**EXERCISE BRIEF**
Return only those lines of the listing that hold the word "points".

━━━ RECORDS FOR THE TASK ━━━

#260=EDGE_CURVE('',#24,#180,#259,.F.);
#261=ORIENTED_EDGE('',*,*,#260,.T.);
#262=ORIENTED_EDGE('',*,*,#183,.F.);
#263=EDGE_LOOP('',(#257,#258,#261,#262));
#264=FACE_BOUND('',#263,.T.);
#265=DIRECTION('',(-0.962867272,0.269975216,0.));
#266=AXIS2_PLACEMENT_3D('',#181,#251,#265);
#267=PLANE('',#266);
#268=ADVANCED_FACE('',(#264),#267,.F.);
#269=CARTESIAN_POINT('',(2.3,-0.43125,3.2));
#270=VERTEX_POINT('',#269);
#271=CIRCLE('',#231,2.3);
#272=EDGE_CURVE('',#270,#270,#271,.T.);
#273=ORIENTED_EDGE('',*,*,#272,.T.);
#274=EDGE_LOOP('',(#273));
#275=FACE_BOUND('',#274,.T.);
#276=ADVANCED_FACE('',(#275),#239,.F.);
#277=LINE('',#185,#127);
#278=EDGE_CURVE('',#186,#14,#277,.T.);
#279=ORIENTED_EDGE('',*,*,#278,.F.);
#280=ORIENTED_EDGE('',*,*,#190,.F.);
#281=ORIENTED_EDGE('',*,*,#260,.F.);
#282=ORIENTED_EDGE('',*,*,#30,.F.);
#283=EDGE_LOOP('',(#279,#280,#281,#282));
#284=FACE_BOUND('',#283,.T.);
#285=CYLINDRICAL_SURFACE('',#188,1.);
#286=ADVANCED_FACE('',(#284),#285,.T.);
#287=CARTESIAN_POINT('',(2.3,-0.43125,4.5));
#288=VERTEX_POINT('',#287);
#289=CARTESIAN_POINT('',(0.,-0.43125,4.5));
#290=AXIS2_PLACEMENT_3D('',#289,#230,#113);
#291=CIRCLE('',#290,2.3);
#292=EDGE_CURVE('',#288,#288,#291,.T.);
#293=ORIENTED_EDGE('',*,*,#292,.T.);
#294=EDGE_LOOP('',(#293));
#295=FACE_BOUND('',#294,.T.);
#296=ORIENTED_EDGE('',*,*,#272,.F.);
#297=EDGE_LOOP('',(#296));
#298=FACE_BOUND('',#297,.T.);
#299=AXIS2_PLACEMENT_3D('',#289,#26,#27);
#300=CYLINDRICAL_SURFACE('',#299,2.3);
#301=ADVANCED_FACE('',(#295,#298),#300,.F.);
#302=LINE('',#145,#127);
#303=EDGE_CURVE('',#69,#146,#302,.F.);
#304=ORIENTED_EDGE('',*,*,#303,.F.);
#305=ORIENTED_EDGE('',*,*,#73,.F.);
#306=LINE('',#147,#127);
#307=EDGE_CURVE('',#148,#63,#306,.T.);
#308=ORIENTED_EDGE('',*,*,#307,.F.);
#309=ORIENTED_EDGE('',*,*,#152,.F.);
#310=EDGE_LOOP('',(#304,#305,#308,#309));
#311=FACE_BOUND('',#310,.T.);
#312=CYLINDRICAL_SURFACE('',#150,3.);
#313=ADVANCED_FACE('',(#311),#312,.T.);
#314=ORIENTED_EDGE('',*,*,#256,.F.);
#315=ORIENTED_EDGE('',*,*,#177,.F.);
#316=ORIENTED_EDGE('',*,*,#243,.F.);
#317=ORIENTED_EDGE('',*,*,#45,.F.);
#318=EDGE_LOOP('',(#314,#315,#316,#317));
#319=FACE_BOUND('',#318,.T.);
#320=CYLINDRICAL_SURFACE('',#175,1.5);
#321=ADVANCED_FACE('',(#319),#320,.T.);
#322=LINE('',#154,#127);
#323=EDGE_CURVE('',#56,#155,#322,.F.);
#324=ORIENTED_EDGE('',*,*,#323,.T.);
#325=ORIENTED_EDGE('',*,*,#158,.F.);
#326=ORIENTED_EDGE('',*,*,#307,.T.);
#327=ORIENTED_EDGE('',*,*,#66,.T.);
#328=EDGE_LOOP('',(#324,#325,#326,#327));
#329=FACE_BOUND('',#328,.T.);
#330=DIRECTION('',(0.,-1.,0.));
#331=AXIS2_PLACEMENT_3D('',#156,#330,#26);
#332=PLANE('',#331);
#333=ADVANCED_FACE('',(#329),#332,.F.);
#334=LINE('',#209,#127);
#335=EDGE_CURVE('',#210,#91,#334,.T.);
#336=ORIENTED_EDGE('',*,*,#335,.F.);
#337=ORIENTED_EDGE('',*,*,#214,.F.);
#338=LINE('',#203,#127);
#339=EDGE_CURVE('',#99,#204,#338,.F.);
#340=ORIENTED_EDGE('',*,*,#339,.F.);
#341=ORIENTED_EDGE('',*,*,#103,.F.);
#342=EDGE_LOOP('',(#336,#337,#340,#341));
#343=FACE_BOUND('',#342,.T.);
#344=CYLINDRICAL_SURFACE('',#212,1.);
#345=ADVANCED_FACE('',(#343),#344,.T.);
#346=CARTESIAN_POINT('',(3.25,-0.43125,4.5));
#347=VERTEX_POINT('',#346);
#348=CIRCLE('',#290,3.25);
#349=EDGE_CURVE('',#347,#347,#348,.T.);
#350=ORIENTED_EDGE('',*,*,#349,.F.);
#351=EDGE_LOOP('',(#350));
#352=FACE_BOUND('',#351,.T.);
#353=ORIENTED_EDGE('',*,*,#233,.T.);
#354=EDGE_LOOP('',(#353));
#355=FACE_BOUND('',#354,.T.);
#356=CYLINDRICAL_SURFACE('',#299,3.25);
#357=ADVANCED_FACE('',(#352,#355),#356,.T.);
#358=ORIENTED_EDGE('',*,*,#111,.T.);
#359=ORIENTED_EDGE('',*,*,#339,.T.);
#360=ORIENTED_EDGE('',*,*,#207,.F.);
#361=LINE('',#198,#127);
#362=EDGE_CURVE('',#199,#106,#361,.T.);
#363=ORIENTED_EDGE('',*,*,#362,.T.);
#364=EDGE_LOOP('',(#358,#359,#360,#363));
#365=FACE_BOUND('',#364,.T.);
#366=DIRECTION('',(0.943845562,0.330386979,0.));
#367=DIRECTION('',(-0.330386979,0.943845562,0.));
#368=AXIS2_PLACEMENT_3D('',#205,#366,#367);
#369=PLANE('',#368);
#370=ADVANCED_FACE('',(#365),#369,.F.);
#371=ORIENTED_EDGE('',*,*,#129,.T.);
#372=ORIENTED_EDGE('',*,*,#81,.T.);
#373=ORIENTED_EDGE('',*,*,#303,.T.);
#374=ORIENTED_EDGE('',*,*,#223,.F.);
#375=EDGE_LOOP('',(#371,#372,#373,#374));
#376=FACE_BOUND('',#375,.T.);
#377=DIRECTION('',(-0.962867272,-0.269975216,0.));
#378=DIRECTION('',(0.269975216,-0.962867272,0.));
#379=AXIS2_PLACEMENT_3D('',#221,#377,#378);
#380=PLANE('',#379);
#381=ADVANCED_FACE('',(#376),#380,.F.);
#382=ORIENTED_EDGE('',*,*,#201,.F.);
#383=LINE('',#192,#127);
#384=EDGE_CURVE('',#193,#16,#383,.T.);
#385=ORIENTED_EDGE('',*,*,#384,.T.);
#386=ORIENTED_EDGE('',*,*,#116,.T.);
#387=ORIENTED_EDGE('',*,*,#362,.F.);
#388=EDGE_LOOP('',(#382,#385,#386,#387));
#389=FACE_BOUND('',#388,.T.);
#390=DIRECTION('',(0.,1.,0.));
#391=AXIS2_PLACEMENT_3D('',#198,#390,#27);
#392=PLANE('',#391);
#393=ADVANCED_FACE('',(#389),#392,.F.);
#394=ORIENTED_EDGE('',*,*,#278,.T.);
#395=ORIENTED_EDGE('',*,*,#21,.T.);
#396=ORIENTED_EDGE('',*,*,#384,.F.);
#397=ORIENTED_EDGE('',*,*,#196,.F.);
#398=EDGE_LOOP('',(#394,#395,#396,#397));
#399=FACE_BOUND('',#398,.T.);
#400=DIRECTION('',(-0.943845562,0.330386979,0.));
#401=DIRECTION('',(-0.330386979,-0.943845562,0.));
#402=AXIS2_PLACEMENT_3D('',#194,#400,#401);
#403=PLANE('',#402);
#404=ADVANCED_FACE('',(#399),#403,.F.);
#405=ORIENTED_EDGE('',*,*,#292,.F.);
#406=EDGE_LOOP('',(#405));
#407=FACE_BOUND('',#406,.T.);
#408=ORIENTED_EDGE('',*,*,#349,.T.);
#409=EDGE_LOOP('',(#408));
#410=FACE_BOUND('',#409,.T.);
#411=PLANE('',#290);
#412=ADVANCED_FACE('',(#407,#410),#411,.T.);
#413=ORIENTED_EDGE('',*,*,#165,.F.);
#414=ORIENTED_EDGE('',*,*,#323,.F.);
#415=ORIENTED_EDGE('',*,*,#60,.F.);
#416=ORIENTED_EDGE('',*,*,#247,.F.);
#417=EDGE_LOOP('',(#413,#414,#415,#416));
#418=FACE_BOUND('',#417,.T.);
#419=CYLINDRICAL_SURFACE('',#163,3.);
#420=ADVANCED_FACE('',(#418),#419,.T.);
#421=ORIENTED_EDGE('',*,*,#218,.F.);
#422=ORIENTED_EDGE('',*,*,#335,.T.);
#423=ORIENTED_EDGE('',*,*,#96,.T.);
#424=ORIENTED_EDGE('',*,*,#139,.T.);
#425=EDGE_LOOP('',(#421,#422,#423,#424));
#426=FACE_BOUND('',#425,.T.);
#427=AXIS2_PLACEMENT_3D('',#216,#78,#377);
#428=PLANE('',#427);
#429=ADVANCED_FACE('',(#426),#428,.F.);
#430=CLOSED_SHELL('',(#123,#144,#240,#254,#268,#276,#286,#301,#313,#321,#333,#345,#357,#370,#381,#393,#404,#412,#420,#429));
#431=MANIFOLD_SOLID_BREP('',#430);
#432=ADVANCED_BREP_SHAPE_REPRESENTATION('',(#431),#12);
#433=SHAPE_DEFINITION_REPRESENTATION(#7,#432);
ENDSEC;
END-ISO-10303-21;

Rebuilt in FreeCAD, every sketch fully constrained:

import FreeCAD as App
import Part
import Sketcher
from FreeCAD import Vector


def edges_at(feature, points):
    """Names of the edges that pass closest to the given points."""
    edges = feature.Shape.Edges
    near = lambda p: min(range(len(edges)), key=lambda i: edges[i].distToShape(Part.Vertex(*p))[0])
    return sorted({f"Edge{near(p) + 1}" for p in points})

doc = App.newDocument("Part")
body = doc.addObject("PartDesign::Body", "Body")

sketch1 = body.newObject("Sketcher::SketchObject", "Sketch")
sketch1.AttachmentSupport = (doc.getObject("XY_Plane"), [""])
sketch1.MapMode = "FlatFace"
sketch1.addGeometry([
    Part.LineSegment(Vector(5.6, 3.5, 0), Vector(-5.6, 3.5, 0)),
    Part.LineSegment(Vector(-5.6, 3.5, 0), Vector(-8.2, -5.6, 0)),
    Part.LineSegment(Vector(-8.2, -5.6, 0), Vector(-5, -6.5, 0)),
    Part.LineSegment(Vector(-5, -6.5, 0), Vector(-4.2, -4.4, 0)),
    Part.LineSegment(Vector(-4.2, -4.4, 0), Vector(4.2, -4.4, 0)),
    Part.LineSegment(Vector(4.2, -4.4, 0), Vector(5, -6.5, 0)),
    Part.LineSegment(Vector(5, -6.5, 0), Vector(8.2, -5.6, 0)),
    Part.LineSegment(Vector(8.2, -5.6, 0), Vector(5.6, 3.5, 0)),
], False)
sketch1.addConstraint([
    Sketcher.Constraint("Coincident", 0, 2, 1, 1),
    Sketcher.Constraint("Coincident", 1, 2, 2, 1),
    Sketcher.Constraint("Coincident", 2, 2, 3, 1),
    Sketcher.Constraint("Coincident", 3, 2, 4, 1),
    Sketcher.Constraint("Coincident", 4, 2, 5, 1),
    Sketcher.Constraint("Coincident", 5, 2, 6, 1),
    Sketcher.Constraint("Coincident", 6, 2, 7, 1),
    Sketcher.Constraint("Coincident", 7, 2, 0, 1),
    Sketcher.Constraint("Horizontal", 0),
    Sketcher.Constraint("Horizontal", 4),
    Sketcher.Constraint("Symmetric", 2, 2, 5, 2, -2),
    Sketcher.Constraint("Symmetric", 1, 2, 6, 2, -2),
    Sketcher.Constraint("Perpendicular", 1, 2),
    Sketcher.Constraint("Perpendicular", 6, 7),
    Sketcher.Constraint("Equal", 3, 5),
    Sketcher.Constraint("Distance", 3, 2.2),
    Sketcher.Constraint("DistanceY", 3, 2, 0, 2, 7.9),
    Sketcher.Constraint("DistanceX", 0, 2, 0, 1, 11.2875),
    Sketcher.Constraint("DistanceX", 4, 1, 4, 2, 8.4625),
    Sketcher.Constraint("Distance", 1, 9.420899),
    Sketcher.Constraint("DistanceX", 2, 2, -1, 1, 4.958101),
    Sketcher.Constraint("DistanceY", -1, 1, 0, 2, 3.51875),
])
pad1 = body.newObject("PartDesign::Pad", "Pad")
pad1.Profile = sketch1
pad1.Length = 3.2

━━━

**EXPECTED OUTPUT**
def edges_at(feature, points):
    """Names of the edges that pass closest to the given points."""
    return sorted({f"Edge{near(p) + 1}" for p in points})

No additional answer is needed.